R : Absolument ! Cela a demandé environ 25 ans de travail pour faire passer le bilan routier de 800 décès annuels causés par l’alcool au volant à 200 au début des années 2000 et moins de 120 aujourd’hui. Entre 1976 et le début des années 90, la portion d’automobilistes qui portent la ceinture de sécurité est passée de 50 % à 90 %. D’ailleurs, il est pertinent de noter que toutes les organisations (Transport Canada, ministère des Transports du Québec, corps policiers, médecins et autres) ont prêté main-forte afin de contrer ce problème.

Q : Le public semble-t-il se conscientiser davantage sur un sujet ?

R : La population est relativement ouverte aux messages de prévention concernant les drogues, l’alcool, les textos, les piétons. Par contre, la vitesse est un sujet extrêmement difficile à traiter : même après quelques décennies à mener des campagnes auprès du grand public, à faire des tournées dans les établissements d’enseignement et à faire des contrôles policiers, nos indicateurs de conscientisation sur la vitesse ne bougent à peu près pas. Bref, le dossier de la vitesse est l’un des plus ardus. 

Q : Conduire sous l’effet du cannabis est-il banalisé ?

R : D’abord, précisons que la SAAQ n’a pas attendu la légalisation du pot pour s’y attaquer. Cela dit, le groupe des 30 ans et plus reconnait les effets du cannabis sur la conduite, contrairement à celui des plus jeunes. Comme ils ne sont pas réceptifs aux avertissements des effets négatifs, relever le défi de la conscientisation s’avère encore plus grand.

Q : D’où l’importance d’adapter l’axe de communication ?

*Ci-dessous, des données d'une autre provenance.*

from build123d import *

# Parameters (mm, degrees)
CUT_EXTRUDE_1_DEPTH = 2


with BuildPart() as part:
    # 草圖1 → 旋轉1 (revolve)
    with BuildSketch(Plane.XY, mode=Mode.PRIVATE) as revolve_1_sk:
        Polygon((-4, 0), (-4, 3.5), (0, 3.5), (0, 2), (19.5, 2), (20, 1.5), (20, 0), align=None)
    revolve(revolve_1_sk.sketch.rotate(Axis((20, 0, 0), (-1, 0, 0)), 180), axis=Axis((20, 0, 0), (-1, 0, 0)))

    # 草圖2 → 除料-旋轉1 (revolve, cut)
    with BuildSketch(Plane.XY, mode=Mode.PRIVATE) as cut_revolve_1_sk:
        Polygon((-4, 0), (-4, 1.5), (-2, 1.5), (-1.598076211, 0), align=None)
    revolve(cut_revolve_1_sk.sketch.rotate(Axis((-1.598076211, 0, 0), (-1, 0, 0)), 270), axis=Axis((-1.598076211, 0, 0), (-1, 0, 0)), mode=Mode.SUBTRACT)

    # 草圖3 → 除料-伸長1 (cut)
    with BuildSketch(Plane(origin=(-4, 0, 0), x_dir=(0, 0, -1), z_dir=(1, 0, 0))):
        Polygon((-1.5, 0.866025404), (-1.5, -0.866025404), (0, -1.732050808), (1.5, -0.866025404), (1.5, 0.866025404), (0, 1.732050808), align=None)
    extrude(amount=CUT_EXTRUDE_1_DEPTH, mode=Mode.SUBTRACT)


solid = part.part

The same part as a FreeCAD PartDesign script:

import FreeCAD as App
import Part
import Sketcher
from FreeCAD import Vector
Q = App.Units.Quantity


def add_polygon(sketch, points):
    """Adds a closed chain of lines whose ends are joined by coincident constraints."""
    first, n = sketch.GeometryCount, len(points)
    for a, b in zip(points, points[1:] + points[:1]):
        sketch.addGeometry(Part.LineSegment(App.Vector(*a, 0), App.Vector(*b, 0)), False)
    for i in range(n):
        sketch.addConstraint(Sketcher.Constraint("Coincident", first + i, 2, first + (i + 1) % n, 1))

doc = App.newDocument("Part")
body = doc.addObject("PartDesign::Body", "Body")

sketch1 = doc.addObject("Sketcher::SketchObject", "Sketch")
body.addObject(sketch1)
sketch1.AttachmentSupport = (doc.XY_Plane, [""])
sketch1.MapMode = "FlatFace"
add_polygon(sketch1, [(-4, 3.5), (-4, 0), (20, 0), (20, 1.5), (19.5, 2), (0, 2), (0, 3.5)])
sketch1.addConstraint(Sketcher.Constraint("Vertical", 0))
sketch1.addConstraint(Sketcher.Constraint("Horizontal", 1))
sketch1.addConstraint(Sketcher.Constraint("Vertical", 2))
sketch1.addConstraint(Sketcher.Constraint("Horizontal", 4))
sketch1.addConstraint(Sketcher.Constraint("Vertical", 5))
sketch1.addConstraint(Sketcher.Constraint("Horizontal", 6))
sketch1.addConstraint(Sketcher.Constraint("PointOnObject", 0, 2, -1))
sketch1.addConstraint(Sketcher.Constraint("PointOnObject", 4, 2, -2))
sketch1.addConstraint(Sketcher.Constraint("Equal", 2, 5))
sketch1.addConstraint(Sketcher.Constraint("DistanceX", 1, 1, 1, 2, 24.0))
sketch1.addConstraint(Sketcher.Constraint("DistanceX", 6, 2, 6, 1, 4.0))
sketch1.addConstraint(Sketcher.Constraint("Angle", 3, Q("135 deg")))
sketch1.addConstraint(Sketcher.Constraint("DistanceX", 4, 2, 4, 1, 19.5))
sketch1.addConstraint(Sketcher.Constraint("DistanceY", 0, 2, 0, 1, 3.5))
revolution = doc.addObject("PartDesign::Revolution", "Revolution")
body.addObject(revolution)
revolution.Profile = sketch1
revolution.ReferenceAxis = (sketch1, ["H_Axis"])
revolution.Angle = 360

sketch2 = doc.addObject("Sketcher::SketchObject", "Sketch001")
body.addObject(sketch2)
sketch2.AttachmentSupport = (doc.XY_Plane, [""])
sketch2.MapMode = "FlatFace"
add_polygon(sketch2, [(-4, 1.5), (-4, 0), (-1.598076, 0), (-2, 1.5)])
sketch2.addConstraint(Sketcher.Constraint("Vertical", 0))
sketch2.addConstraint(Sketcher.Constraint("Horizontal", 1))
sketch2.addConstraint(Sketcher.Constraint("Horizontal", 3))
sketch2.addConstraint(Sketcher.Constraint("PointOnObject", 0, 2, -1))
sketch2.addConstraint(Sketcher.Constraint("DistanceX", 3, 2, 3, 1, 2.0))
sketch2.addConstraint(Sketcher.Constraint("Angle", 2, Q("105 deg")))
sketch2.addConstraint(Sketcher.Constraint("DistanceY", 0, 2, 0, 1, 1.5))
sketch2.addConstraint(Sketcher.Constraint("DistanceX", 0, 2, -1, 1, 4.0))
groove = doc.addObject("PartDesign::Groove", "Groove")
body.addObject(groove)
groove.Profile = sketch2
groove.ReferenceAxis = (sketch2, ["H_Axis"])
groove.Angle = 360

sketch3 = doc.addObject("Sketcher::SketchObject", "Sketch002")
body.addObject(sketch3)
sketch3.AttachmentSupport = (doc.YZ_Plane, [""])
sketch3.MapMode = "FlatFace"
sketch3.AttachmentOffset = App.Placement(Vector(0, 0, -4), App.Rotation())
add_polygon(sketch3, [(0.866025, 1.5), (-0.866025, 1.5), (-1.732051, 0), (-0.866025, -1.5), (0.866025, -1.5), (1.732051, 0)])
sketch3.addConstraint(Sketcher.Constraint("Horizontal", 0))
sketch3.addConstraint(Sketcher.Constraint("Horizontal", 3))
sketch3.addConstraint(Sketcher.Constraint("Symmetric", 0, 2, 3, 2, -1, 1))
sketch3.addConstraint(Sketcher.Constraint("Symmetric", 1, 2, 4, 2, -1, 1))
sketch3.addConstraint(Sketcher.Constraint("PointOnObject", 1, 2, -1))
sketch3.addConstraint(Sketcher.Constraint("Parallel", 2, 5))
sketch3.addConstraint(Sketcher.Constraint("Vertical", 0, 2, 2, 2))
sketch3.addConstraint(Sketcher.Constraint("Angle", 1, Q("-120 deg")))
sketch3.addConstraint(Sketcher.Constraint("DistanceY", 2, 2, 0, 2, 3.0))
sketch3.addConstraint(Sketcher.Constraint("DistanceX", 0, 2, 0, 1, 1.732051))
pocket1 = doc.addObject("PartDesign::Pocket", "Pocket")
body.addObject(pocket1)
pocket1.Profile = sketch3
pocket1.Length = 2
pocket1.Reversed = True

doc.recompute()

R : Nous avons vite constaté que de parler des effets nocifs de la drogue sur la conduite n’a pas d’impact important sur les jeunes. Or, nous avons modifié notre stratégie et plutôt misé sur la perception des risques légaux. C’est un discours qu’ils sont plus susceptibles d’écouter, car ils risquent gros. En ce qui a trait à l’alcool, au fil des ans nous avons fait la démonstration des effets sur la conduite, puis des risques et, ensuite, des conséquences judiciaires. Bref, la SAAQ veille à varier les discours et parfois elle se montre très directive à travers ses slogans.

Q : Diriez-vous qu’il est préférable d’éviter les messages alarmants et répressifs ou encore les images qui font peur ?

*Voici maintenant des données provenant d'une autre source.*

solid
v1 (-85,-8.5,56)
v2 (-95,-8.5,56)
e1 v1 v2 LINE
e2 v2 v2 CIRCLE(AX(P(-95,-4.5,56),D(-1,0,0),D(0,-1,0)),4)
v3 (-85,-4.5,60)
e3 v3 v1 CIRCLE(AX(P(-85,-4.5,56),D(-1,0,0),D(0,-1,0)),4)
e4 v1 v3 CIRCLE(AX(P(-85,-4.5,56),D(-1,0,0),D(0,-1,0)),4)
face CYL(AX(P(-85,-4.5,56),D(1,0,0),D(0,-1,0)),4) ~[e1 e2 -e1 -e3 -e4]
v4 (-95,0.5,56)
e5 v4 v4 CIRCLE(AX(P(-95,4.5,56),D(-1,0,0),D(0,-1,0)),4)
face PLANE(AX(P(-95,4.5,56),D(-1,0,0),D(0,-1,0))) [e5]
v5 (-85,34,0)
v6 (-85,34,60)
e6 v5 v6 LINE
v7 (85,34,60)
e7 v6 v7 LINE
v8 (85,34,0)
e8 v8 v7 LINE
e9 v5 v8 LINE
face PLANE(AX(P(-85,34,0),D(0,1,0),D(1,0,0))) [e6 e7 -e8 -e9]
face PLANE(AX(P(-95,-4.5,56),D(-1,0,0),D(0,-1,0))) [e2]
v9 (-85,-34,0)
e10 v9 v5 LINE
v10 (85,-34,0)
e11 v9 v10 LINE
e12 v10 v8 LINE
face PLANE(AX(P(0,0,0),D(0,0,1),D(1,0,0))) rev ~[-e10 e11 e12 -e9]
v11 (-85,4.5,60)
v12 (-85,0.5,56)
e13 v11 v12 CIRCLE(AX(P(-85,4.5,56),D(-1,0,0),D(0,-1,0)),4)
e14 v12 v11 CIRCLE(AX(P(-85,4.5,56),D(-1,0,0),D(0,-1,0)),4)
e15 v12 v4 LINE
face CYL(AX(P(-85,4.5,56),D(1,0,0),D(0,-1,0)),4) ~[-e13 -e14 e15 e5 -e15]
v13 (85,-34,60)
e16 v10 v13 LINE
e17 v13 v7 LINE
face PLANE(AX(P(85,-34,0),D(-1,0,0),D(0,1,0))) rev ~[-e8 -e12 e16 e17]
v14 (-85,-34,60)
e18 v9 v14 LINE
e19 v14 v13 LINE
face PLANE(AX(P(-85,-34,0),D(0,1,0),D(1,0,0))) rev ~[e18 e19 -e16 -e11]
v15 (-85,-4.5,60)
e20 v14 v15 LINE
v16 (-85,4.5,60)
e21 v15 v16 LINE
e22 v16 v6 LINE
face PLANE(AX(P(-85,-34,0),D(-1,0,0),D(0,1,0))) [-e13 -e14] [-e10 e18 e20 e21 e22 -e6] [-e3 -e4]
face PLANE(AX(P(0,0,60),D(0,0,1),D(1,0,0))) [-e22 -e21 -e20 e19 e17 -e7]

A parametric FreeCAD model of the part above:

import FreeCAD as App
import Part
import Sketcher
from FreeCAD import Vector

doc = App.newDocument("Part")
params = doc.addObject("Spreadsheet::Sheet", "Params")
for row, (alias, value) in enumerate([
    ("sketch1_width", "170 mm"),
    ("sketch1_height", "68 mm"),
    ("pad1_length", "60 mm"),
    ("sketch2_diameter", "8 mm"),
    ("pad2_length", "10 mm"),
], start=1):
    params.set(f"A{row}", alias)
    params.set(f"B{row}", "=" + value)
    params.setAlias(f"B{row}", alias)

body = doc.addObject("PartDesign::Body", "Body")

sketch1 = doc.addObject("Sketcher::SketchObject", "Sketch")
body.addObject(sketch1)
sketch1.AttachmentSupport = (doc.XY_Plane, [""])
sketch1.MapMode = "FlatFace"
sketch1.addGeometry([
    Part.LineSegment(Vector(-85, 34, 0), Vector(-85, -34, 0)),
    Part.LineSegment(Vector(-85, -34, 0), Vector(85, -34, 0)),
    Part.LineSegment(Vector(85, -34, 0), Vector(85, 34, 0)),
    Part.LineSegment(Vector(85, 34, 0), Vector(-85, 34, 0)),
], False)
sketch1.addConstraint([
    Sketcher.Constraint("Coincident", 0, 2, 1, 1),
    Sketcher.Constraint("Coincident", 1, 2, 2, 1),
    Sketcher.Constraint("Coincident", 2, 2, 3, 1),
    Sketcher.Constraint("Coincident", 3, 2, 0, 1),
    Sketcher.Constraint("Vertical", 0),
    Sketcher.Constraint("Horizontal", 1),
    Sketcher.Constraint("Vertical", 2),
    Sketcher.Constraint("Horizontal", 3),
    Sketcher.Constraint("Symmetric", 0, 2, 2, 2, -1, 1),
    Sketcher.Constraint("DistanceX", 1, 1, 1, 2, 170.0),
    Sketcher.Constraint("DistanceY", 0, 2, 0, 1, 68.0),
])
sketch1.setExpression("Constraints[9]", "Params.sketch1_width")
sketch1.setExpression("Constraints[10]", "Params.sketch1_height")
pad1 = doc.addObject("PartDesign::Pad", "Pad")
body.addObject(pad1)
pad1.Profile = sketch1
pad1.setExpression("Length", "Params.pad1_length")

sketch2 = doc.addObject("Sketcher::SketchObject", "Sketch001")
body.addObject(sketch2)
sketch2.AttachmentSupport = (doc.YZ_Plane, [""])
sketch2.MapMode = "FlatFace"
sketch2.AttachmentOffset = App.Placement(Vector(0, 0, -85), App.Rotation())
sketch2.addGeometry([
    Part.Circle(Vector(-4.5, 56, 0), Vector(0, 0, 1), 4),
    Part.Circle(Vector(4.5, 56, 0), Vector(0, 0, 1), 4),
], False)
sketch2.addConstraint([
    Sketcher.Constraint("Equal", 0, 1),
    Sketcher.Constraint("Symmetric", 0, 3, 1, 3, -2),
    Sketcher.Constraint("Diameter", 0, 8.0),
    Sketcher.Constraint("DistanceY", -1, 1, 0, 3, 56.0),
    Sketcher.Constraint("DistanceX", 0, 3, 1, 3, 9.0),
])
sketch2.setExpression("Constraints[2]", "Params.sketch2_diameter")
pad2 = doc.addObject("PartDesign::Pad", "Pad001")
body.addObject(pad2)
pad2.Profile = sketch2
pad2.setExpression("Length", "Params.pad2_length")
pad2.Reversed = True

doc.recompute()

R : Au contraire ! Généralement, à la suite de nos analyses avec l’équipe de recherche, on se dit ou bien un effet-choc est souhaitable, ou bien l’heure est à la baisse de pression. Et, c’est important de doser adéquatement le niveau d’intensité, car bien qu’on veuille attirer l’attention, on risque de créer l’effet contraire. Ainsi, au lieu d’exagérer la réalité, il est préférable d’exposer une menace réelle et de prescrire le bon comportement. Il n’y a qu’à penser au message diffusé l’an dernier pendant le temps des fêtes. La scène donnait l’impression qu’un homme en état d’ébriété avait pris sa voiture alors que finalement, on comprenait qu’il avait dormi sur le divan de ses hôtes.

Q : Depuis l’avènement des nouvelles technologies, quels sont les moyens utilisés par la SAAQ pour rejoindre les différents publics ?

R : Depuis deux ans, on s’intéresse aux influenceurs pour passer nos messages, en plus de faire des stunts, dont celui mis en œuvre dans un abribus pour mettre en lumière la vulnérabilité des piétons face aux accidents de la route. Toutefois, la SAAQ croit encore fermement aux médias traditionnels, quoiqu’une bonne partie de notre budget ait été libéré pour assurer notre présence sur les médias sociaux, notamment pour s’adresser à une clientèle plus jeune et plus ciblée. Techniquement, cette dernière est plus facile à rejoindre, mais dans la pratique, plus difficile à éduquer. Par exemple, un message-choc ne passera pas inaperçu et fera même exploser la sphère virtuelle, mais cela n’est pas un gage de conscientisation. Bref, la quincaillerie technologique est en place, maintenant, il s’agit de trouver le bon message pour déclencher un processus de réflexion.